A 7.4 magnitude earthquake has rocked the east coast of Taiwan — the largest the island nation has seen in 25 years. The death toll as of Thursday stands at 10, with more than 900 injured and dozens more missing. The powerful initial quake set off tsunami warnings in Japan, China and the Philippines.

For a region so densely populated, the number of recorded deaths is remarkably small compared to the strength of the earthquake — a testament to the country’s disaster preparedness, says Daniel Aldrich, a Northeastern professor, director of the university’s Security and Resilience Program and co-director at the Global Resilience Institute.

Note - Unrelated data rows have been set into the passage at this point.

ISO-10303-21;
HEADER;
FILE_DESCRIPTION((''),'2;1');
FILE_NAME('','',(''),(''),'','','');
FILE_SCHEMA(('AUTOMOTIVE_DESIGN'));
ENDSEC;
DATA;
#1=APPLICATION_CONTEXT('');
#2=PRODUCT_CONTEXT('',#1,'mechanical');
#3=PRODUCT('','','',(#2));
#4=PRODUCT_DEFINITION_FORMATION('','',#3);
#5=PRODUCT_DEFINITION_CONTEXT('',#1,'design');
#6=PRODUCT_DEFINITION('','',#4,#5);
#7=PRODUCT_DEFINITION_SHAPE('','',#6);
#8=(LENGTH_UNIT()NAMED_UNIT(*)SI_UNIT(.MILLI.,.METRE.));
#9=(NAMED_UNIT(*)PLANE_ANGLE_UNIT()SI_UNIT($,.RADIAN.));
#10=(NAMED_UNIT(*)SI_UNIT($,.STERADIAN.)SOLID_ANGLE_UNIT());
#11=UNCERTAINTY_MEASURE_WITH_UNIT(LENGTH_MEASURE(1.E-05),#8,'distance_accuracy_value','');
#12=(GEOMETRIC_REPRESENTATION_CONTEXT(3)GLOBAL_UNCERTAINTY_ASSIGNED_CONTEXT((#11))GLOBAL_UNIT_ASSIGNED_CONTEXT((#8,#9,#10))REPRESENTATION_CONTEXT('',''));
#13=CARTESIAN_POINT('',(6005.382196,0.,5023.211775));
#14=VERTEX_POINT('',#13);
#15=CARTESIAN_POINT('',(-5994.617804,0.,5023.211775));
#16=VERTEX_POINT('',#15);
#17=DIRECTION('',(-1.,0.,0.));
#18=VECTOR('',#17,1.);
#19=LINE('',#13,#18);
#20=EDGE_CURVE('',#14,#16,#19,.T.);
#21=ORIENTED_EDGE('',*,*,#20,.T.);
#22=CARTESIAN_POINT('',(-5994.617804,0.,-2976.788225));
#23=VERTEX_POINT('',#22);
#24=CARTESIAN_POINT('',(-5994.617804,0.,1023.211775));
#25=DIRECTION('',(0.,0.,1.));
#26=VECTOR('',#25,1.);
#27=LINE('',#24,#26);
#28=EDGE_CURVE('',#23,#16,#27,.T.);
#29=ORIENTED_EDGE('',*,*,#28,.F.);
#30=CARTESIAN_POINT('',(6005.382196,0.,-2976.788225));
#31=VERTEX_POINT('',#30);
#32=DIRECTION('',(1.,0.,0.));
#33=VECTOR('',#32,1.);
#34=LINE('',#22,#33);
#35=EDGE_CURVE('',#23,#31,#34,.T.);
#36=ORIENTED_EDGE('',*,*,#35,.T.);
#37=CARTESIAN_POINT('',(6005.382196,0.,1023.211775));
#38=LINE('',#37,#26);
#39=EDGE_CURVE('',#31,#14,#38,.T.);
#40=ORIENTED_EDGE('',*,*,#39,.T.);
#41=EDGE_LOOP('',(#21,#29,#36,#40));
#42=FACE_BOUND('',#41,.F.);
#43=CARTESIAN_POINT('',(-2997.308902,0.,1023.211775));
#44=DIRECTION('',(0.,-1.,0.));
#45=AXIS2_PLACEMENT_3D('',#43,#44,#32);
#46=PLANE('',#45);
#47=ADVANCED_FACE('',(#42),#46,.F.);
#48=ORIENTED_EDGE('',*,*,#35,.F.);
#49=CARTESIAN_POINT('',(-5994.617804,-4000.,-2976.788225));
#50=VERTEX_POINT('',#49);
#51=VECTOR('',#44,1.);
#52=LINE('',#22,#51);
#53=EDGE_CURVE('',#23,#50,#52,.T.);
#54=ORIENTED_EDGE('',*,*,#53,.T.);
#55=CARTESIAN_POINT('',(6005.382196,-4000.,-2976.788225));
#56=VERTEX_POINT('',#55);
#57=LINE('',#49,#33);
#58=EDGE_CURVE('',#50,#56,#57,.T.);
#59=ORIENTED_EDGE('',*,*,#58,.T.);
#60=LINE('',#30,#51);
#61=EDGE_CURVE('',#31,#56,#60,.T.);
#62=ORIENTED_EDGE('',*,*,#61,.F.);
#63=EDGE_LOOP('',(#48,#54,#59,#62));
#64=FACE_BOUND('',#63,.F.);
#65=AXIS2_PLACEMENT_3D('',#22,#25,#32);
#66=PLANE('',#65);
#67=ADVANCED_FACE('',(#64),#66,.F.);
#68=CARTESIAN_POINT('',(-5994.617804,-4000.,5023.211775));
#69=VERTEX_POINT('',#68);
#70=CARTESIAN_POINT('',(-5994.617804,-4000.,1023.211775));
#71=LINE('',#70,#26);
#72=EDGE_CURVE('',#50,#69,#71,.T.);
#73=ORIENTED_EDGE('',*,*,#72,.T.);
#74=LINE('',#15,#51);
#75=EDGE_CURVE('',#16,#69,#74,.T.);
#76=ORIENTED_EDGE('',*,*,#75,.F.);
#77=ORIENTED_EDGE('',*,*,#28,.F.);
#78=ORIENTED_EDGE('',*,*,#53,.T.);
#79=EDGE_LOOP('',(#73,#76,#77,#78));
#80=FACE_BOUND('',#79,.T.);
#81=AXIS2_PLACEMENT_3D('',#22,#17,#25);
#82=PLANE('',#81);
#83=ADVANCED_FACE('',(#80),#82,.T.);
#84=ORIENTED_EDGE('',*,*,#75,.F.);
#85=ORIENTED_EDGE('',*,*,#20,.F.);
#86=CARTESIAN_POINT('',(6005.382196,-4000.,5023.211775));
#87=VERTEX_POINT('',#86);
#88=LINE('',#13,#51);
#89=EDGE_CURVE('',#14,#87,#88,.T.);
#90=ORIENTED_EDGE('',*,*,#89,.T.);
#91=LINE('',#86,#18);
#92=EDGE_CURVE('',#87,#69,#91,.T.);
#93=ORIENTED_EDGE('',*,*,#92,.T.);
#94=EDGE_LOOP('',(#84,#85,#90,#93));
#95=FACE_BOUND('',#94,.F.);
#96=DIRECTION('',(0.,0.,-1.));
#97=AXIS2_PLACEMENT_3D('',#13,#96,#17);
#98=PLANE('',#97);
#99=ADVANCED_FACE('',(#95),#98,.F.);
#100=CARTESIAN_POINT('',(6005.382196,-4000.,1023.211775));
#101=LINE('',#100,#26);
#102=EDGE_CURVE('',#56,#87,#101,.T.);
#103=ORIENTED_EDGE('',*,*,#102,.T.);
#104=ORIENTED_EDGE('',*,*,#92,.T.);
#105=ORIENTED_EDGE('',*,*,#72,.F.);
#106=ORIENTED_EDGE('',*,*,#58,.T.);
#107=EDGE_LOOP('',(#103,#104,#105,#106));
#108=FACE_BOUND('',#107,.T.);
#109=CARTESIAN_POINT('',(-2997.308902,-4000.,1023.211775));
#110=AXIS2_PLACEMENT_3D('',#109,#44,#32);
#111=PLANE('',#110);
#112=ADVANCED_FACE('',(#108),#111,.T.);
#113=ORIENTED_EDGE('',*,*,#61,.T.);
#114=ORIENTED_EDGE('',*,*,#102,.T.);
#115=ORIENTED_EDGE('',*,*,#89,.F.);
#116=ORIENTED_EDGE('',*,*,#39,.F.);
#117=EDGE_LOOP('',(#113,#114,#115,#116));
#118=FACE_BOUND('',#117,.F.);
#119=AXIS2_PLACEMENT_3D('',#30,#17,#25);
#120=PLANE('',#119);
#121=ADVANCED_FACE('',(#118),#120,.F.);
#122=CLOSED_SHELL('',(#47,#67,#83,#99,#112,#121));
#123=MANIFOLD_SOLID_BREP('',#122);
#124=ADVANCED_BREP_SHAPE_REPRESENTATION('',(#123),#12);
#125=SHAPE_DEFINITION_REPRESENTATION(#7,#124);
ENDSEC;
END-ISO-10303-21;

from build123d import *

# Parameters (mm, degrees)
F0_W     = 5994.617803
F0_H     = 8000
F0_W_2   = 6005.382197
F1_DEPTH = 4000


with BuildPart() as f1:
    # F0 (on Front) → F1 (new body)
    with BuildSketch(Plane.XZ):
        with Locations((-2997.308902, 1023.211775)):
            Rectangle(F0_W, F0_H)
        with Locations((3002.691098, 1023.211775)):
            Rectangle(F0_W_2, F0_H)
    extrude(amount=F1_DEPTH)


solid = f1.part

“What we’re seeing here is a combination of a ‘top-down’ and ‘bottom-up’ governance culture that has kept the death toll relatively low,” Aldrich tells Northeastern Global News. “The government has long recognized the threat from seismic risks and invested in a variety of measures like, for example, very strict building codes.”

In disaster preparedness, “top-down” means that officials update and enforce building codes; make plans — such as evacuation shelters, food and water distribution, among others — in expectation of future shocks; and allocate resources, such as ensuring hospitals and medical personnel are well-equipped in event of a shock. 

“Bottom-up” means communities work together, trust each other and plan for shocks — mapping out evacuations and deciding who needs help based on their local needs. Aldrich says the best approach to managing and preparing for disasters combines both concepts “for a well-rounded strategy.”